Plaintiff brought suit against the defendant for the construction of a house and the jury returned *11a verdict for the plaintiff for $8,471.13. Subsequently the plaintiff moved that $3,136.54 be added to the amount of the verdict as representing interest upon the claim from the date of the demand to the date of the rendition of the verdict.
Plaintiff presents an affidavit signed by the twelve members of the jury in which they state: “that the jury voted and decided that the plaintiffs were entitled to recover interest on the amount of the above verdict from the date of the demand for payment; but the jury did not compute and add the interest for the reason that we understood that it was the right and duty of the Court to compute the interest to which the plaintiffs were entitled and to add the same to the verdict which we rendered.”
The plaintiff cites authorities showing the right of the Court to amend a verdict under varying circumstances.

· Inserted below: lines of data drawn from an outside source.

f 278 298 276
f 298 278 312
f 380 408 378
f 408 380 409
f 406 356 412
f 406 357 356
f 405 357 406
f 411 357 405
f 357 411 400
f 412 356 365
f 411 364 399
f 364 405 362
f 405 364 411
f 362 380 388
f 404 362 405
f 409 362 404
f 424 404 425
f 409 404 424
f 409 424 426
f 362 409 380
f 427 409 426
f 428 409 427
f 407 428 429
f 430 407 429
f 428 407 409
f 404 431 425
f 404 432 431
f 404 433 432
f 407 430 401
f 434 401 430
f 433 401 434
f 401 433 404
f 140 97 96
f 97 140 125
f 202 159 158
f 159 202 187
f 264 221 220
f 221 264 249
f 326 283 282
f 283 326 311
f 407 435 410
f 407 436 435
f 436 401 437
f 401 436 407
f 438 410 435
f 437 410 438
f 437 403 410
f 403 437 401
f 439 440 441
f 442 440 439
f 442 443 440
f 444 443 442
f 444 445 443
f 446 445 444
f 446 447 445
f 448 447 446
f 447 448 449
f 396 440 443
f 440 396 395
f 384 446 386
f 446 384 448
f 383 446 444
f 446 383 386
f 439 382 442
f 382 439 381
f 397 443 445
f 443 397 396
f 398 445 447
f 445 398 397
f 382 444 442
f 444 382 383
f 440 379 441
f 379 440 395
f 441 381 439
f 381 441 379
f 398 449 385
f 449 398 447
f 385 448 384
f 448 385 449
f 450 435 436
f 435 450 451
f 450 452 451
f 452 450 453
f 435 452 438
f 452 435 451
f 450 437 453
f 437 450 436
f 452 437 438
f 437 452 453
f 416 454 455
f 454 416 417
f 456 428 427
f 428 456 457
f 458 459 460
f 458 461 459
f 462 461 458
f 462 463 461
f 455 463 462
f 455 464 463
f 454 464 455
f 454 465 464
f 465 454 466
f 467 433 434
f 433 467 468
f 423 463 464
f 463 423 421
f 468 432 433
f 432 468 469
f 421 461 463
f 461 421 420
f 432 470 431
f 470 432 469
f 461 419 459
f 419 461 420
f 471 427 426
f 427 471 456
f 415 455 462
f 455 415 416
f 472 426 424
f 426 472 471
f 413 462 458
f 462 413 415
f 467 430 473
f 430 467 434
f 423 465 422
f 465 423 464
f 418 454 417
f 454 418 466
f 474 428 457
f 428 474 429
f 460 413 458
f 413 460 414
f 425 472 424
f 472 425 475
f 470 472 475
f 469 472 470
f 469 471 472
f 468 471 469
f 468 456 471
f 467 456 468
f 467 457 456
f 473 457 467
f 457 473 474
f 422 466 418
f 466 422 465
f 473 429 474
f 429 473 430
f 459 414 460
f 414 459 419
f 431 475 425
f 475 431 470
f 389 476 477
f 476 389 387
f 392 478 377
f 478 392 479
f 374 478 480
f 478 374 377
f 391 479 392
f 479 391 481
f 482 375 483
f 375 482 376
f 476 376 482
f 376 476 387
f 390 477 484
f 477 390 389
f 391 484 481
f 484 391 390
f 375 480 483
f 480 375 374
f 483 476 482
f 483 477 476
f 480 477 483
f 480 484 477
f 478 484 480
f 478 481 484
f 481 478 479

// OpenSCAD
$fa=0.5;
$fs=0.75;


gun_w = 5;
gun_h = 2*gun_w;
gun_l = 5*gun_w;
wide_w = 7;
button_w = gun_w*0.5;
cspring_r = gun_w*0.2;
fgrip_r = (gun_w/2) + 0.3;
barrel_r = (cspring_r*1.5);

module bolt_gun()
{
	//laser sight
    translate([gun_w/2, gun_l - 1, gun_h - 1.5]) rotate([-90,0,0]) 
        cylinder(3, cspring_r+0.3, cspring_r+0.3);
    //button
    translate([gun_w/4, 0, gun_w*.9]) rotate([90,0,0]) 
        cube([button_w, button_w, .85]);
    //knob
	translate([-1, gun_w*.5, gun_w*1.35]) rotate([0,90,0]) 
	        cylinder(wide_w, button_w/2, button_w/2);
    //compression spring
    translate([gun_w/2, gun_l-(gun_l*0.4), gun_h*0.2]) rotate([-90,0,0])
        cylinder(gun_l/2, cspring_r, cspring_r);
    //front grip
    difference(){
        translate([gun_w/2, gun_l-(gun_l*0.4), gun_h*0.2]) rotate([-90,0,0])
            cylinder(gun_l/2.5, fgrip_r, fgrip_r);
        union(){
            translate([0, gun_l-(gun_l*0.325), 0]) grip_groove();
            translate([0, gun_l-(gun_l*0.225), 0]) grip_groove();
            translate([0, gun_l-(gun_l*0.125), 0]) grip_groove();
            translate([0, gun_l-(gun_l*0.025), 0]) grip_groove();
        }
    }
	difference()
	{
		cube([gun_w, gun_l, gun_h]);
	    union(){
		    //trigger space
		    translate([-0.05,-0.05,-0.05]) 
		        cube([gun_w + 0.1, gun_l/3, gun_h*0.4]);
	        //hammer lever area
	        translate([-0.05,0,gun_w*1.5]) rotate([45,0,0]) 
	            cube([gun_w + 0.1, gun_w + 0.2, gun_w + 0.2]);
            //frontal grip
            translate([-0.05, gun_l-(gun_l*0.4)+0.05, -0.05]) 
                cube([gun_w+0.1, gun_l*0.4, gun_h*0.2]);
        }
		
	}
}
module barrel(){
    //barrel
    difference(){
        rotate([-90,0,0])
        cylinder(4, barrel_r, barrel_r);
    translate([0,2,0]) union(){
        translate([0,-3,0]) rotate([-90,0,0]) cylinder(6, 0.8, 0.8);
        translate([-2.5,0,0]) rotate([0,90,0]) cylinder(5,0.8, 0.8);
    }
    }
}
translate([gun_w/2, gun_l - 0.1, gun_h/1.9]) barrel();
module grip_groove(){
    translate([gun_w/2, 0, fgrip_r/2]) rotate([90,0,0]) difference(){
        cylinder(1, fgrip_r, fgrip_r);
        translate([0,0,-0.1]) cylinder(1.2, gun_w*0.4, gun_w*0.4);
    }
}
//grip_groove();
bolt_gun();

There is a rule referred to in Minot vs. Boston, 201 Mass, page 10, which says that “if the verdict as recorded does not state with technical accuracy the jury’s finding upon the real issues tried and the 'Court can see how it should be corrected, it will reject what is surplusage or in some proper mode make it conform to the real issue tried,” and under that rule the Court has corrected verdicts.
In Randall vs. Peerless, &c., 212 Mass. 352, it says that “a clerical error in the statement of the conclusions of a jury established by uncontroverted evidence may be corrected.”
And in New York there is apparently a rule that allows interest to be added to the amount of the verdict where the interest period is clear and undisputed.
In Delafield vs. Armsby Co., 109 N. Y. Sup. 314, the Court says that “a verdict for a specified sum with interest is not subject to accurate computation in the absence of something to indicate from what date the interest is to be computed; that the complaint claims interest from a certain date not wárranting the inference that the jury had that date in mind.”
In Schnaufer vs. Ahr, 53 Misc. N. Y. 299, the Court says: “Even assuming that the jury intended to allow some interest on the claim, the 'date from which interest would have been allowed and, consequently, the amount of such interest are not clearly shown.”
In Rhode Island, the Court >says, in Lashua vs. Markham, 21 R. I. 492, where the jury returned a verdict “for $125 with interest at 6%”, that “the verdict in respect to interest is too uncertain for computation because it does not state the time for which interest is to run. Even if the verdict had been sufficiently accurate in this respect, before the verdict is taken, interest should be computed and included in the amount for which the verdict is returned.”
The practice in this State has been to include the interest in the amount of the verdict and there is a question in the mind of the Court as to whether under the decision in the Lashua case a verdict can be amended to include the interest even if there is no doubt as to the amount of the interest.
In the case at bar there is a question as to the period for which interest should be computed because of a difference in the testimony of the plaintiff and the defendant. The plaintiff, Frank H. Bowerman testified that he presented a bill of $8,477.33 to the defendant in January, 1921. In cross-examination he says that “around the first of the year 1921” he presented this bill for $8,477.33 but cannot give the exact date.
The defendant, Mr. Peirce, says that Mr. Bowerman brought him a bill in the early part of December, 1920, when he came to his house, and that that is the only bill that was ever rendered him by the plaintiff; the amount of that bill was $8,977.33.
Accordingly, even under the rule laid *12down in the New York and Massachusetts decisions, the Court does not see how the amount of the interest can be added as it is a disputed fact when the demand was actually made upon the defendant to pay the bill. The interest might have been figured by the jury from some day in December, 1920, or from some day in January, 1921.
For plaintiff: Wilson, Churchill & Curtis. For defendant: Herbert E. Eklund and W. W. Blodgett.The Court does not know which of those two dates, if either, the jury had in mind when they spoke of the date of the demand for payment in their affidavit. They did not fix the date of the demand and where the date is in dispute, the Court can not fix it for them.
Accordingly the motion of the plaintiff must be denied.